What about now? Where did free speech go? As we disciple the nations (Matt. 28:18-20), our weapons for doing so are Word and water, bread and wine. These are the instruments we are to use in order to make the obedience of the nations complete. These are our assigned weapons in the gospel era.

“For though we walk in the flesh, we do not war after the flesh: (For the weapons of our warfare are not carnal, but mighty through God to the pulling down of strong holds;) Casting down imaginations, and every high thing that exalteth itself against the knowledge of God, and bringing into captivity every thought to the obedience of Christ”

2 Cor. 10:3-5 (KJV)

We can see how the apostle Paul pursued this in his own ministry.

“And Paul, as his manner was, went in unto them, and three sabbath days reasoned with them out of the scriptures”

Acts 17:2 (KJV)

Reasoning with people who were disobeying the First Table of the Law?
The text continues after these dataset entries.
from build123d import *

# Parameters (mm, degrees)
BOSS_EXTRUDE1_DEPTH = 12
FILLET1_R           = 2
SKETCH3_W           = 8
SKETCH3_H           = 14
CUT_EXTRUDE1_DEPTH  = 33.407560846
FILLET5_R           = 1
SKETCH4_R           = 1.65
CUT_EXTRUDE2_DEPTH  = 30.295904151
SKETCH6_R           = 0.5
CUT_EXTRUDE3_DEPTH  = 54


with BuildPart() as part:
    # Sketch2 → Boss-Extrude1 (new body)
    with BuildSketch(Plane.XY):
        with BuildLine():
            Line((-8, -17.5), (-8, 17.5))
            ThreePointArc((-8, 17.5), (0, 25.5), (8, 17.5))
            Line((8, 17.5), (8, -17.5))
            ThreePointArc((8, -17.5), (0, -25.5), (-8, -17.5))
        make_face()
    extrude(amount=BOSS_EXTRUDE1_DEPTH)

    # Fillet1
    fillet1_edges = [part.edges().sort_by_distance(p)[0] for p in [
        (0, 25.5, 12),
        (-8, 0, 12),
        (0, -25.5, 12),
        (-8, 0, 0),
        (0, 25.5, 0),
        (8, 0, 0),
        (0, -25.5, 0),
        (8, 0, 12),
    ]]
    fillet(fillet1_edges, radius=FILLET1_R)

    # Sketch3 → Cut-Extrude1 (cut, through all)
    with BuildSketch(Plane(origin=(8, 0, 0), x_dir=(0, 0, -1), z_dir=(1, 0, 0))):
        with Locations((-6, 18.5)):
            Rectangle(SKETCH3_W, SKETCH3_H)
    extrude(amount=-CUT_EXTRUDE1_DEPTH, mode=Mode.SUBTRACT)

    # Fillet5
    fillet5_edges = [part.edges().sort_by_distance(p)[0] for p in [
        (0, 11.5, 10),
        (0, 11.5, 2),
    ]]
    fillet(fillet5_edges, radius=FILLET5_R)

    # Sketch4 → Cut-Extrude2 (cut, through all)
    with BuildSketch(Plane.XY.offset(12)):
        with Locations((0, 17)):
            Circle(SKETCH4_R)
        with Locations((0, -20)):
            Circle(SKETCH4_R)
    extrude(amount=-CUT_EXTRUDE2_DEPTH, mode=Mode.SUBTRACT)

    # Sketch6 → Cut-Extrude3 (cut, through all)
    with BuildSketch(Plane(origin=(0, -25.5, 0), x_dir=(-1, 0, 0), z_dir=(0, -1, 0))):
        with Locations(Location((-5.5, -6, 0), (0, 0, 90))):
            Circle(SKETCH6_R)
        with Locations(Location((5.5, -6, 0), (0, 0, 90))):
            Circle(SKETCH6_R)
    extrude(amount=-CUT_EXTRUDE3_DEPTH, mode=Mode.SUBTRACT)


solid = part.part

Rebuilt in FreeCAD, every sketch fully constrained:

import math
import FreeCAD as App
import Part
import Sketcher

V = App.Vector


def edges_at(feature, points):
    """Names of the edges that pass closest to the given points."""
    edges = feature.Shape.Edges
    near = lambda p: min(range(len(edges)), key=lambda i: edges[i].distToShape(Part.Vertex(*p))[0])
    return sorted({f"Edge{near(p) + 1}" for p in points})

doc = App.newDocument("Part")
body = doc.addObject("PartDesign::Body", "Body")

# Sketch on XY plane
sketch1 = body.newObject("Sketcher::SketchObject", "Sketch")
sketch1.AttachmentSupport = (doc.getObject("XY_Plane"), [""])
sketch1.MapMode = "FlatFace"
sketch1.addGeometry(Part.LineSegment(V(-8, 18, 0), V(-8, -18, 0)), False)
sketch1.addGeometry(Part.ArcOfCircle(Part.Circle(V(0, -18, 0), V(0, 0, 1), 8), math.radians(180), math.radians(360)), False)
sketch1.addGeometry(Part.LineSegment(V(8, -18, 0), V(8, 18, 0)), False)
sketch1.addGeometry(Part.ArcOfCircle(Part.Circle(V(0, 18, 0), V(0, 0, 1), 8), math.radians(0), math.radians(180)), False)
sketch1.addConstraint(Sketcher.Constraint("Tangent", 0, 2, 1, 1))
sketch1.addConstraint(Sketcher.Constraint("Tangent", 1, 2, 2, 1))
sketch1.addConstraint(Sketcher.Constraint("Tangent", 2, 2, 3, 1))
sketch1.addConstraint(Sketcher.Constraint("Tangent", 3, 2, 0, 1))
sketch1.addConstraint(Sketcher.Constraint("Vertical", 0))
sketch1.addConstraint(Sketcher.Constraint("Vertical", 2))
sketch1.addConstraint(Sketcher.Constraint("Symmetric", 1, 3, 3, 3, -1, 1))
sketch1.addConstraint(Sketcher.Constraint("Radius", 1, 8.0))
sketch1.addConstraint(Sketcher.Constraint("DistanceY", 0, 2, 0, 1, 35.0))
pad1 = body.newObject("PartDesign::Pad", "Pad")
pad1.Profile = sketch1
pad1.Length = 12
doc.recompute()

fillet = body.newObject("PartDesign::Fillet", "Fillet")
fillet.Base = (pad1, edges_at(pad1, [
    (0, 25.5, 12),
    (-8, 0, 12),
    (0, -25.5, 12),
    (-8, 0, 0),
    (0, 25.5, 0),
    (8, 0, 0),
    (0, -25.5, 0),
    (8, 0, 12),
]))
fillet.Radius = 2

# Sketch on YZ plane
sketch2 = body.newObject("Sketcher::SketchObject", "Sketch001")
sketch2.AttachmentSupport = (doc.getObject("YZ_Plane"), [""])
sketch2.MapMode = "FlatFace"
sketch2.AttachmentOffset = App.Placement(V(0, 0, 8), App.Rotation())
sketch2.addGeometry(Part.LineSegment(V(26, 10, 0), V(12, 10, 0)), False)
sketch2.addGeometry(Part.LineSegment(V(12, 10, 0), V(12, 2, 0)), False)
sketch2.addGeometry(Part.LineSegment(V(12, 2, 0), V(26, 2, 0)), False)
sketch2.addGeometry(Part.LineSegment(V(26, 2, 0), V(26, 10, 0)), False)
sketch2.addConstraint(Sketcher.Constraint("Coincident", 0, 2, 1, 1))
sketch2.addConstraint(Sketcher.Constraint("Coincident", 1, 2, 2, 1))
sketch2.addConstraint(Sketcher.Constraint("Coincident", 2, 2, 3, 1))
sketch2.addConstraint(Sketcher.Constraint("Coincident", 3, 2, 0, 1))
sketch2.addConstraint(Sketcher.Constraint("Horizontal", 0))
sketch2.addConstraint(Sketcher.Constraint("Vertical", 1))
sketch2.addConstraint(Sketcher.Constraint("Horizontal", 2))
sketch2.addConstraint(Sketcher.Constraint("Vertical", 3))
sketch2.addConstraint(Sketcher.Constraint("DistanceX", 0, 2, 0, 1, 14.0))
sketch2.addConstraint(Sketcher.Constraint("DistanceY", 1, 2, 1, 1, 8.0))
sketch2.addConstraint(Sketcher.Constraint("DistanceY", -1, 1, 0, 2, 10.0))
sketch2.addConstraint(Sketcher.Constraint("DistanceX", -1, 1, 0, 2, 11.5))
pocket1 = body.newObject("PartDesign::Pocket", "Pocket")
pocket1.Profile = sketch2
pocket1.Type = "ThroughAll"
doc.recompute()

fillet2 = body.newObject("PartDesign::Fillet", "Fillet001")
fillet2.Base = (pocket1, edges_at(pocket1, [(0, 11.5, 10), (0, 11.5, 2)]))
fillet2.Radius = 1

# Sketch on XY plane
sketch3 = body.newObject("Sketcher::SketchObject", "Sketch002")
sketch3.AttachmentSupport = (doc.getObject("XY_Plane"), [""])
sketch3.MapMode = "FlatFace"
sketch3.AttachmentOffset = App.Placement(V(0, 0, 12), App.Rotation())
sketch3.addGeometry(Part.Circle(V(0, 17, 0), V(0, 0, 1), 1.6), False)
sketch3.addGeometry(Part.Circle(V(0, -20, 0), V(0, 0, 1), 1.6), False)
sketch3.addConstraint(Sketcher.Constraint("Equal", 0, 1))
sketch3.addConstraint(Sketcher.Constraint("PointOnObject", 0, 3, -2))
sketch3.addConstraint(Sketcher.Constraint("PointOnObject", 1, 3, -2))
sketch3.addConstraint(Sketcher.Constraint("Diameter", 0, 3.3))
sketch3.addConstraint(Sketcher.Constraint("DistanceY", -1, 1, 0, 3, 17.0))
sketch3.addConstraint(Sketcher.Constraint("DistanceY", 1, 3, -1, 1, 20.0))
pocket2 = body.newObject("PartDesign::Pocket", "Pocket001")
pocket2.Profile = sketch3
pocket2.Type = "ThroughAll"

# Sketch on XZ plane
sketch4 = body.newObject("Sketcher::SketchObject", "Sketch003")
sketch4.AttachmentSupport = (doc.getObject("XZ_Plane"), [""])
sketch4.MapMode = "FlatFace"
sketch4.AttachmentOffset = App.Placement(V(0, 0, 25.5), App.Rotation())
sketch4.addGeometry(Part.Circle(V(5.5, 6, 0), V(0, 0, 1), 0.5), False)
sketch4.addGeometry(Part.Circle(V(-5.5, 6, 0), V(0, 0, 1), 0.5), False)
sketch4.addConstraint(Sketcher.Constraint("Equal", 0, 1))
sketch4.addConstraint(Sketcher.Constraint("Symmetric", 0, 3, 1, 3, -2))
sketch4.addConstraint(Sketcher.Constraint("Diameter", 0, 1.0))
sketch4.addConstraint(Sketcher.Constraint("DistanceY", -1, 1, 0, 3, 6.0))
sketch4.addConstraint(Sketcher.Constraint("DistanceX", 1, 3, 0, 3, 11.0))
pocket3 = body.newObject("PartDesign::Pocket", "Pocket002")
pocket3.Profile = sketch4
pocket3.Type = "ThroughAll"

doc.recompute()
Yes, exactly.

“And as he reasoned of righteousness, temperance, and judgment to come, Felix trembled, and answered, Go thy way for this time; when I have a convenient season, I will call for thee.”

Acts 24:25 (KJV)

I could go on and on about the glory of this, but I don’t want to wear you all out. So the concluding point is that if the weapons of our warfare are mighty, as Paul says above, and they are mighty enough to conquer the nations of men, then it follows that they are mighty enough to sustain the subsequent discipleship. If the power of the gospel can bring the nations to baptism, then the authority of the gospel, taught with authority and not like the scribes, is powerful enough to teach them the way of obedience.

And so what is free speech? It is not a means toward theocratic tyranny. Neither is it a secular end in itself. No. It is gospel fruit, and Jesus is the Lord of it.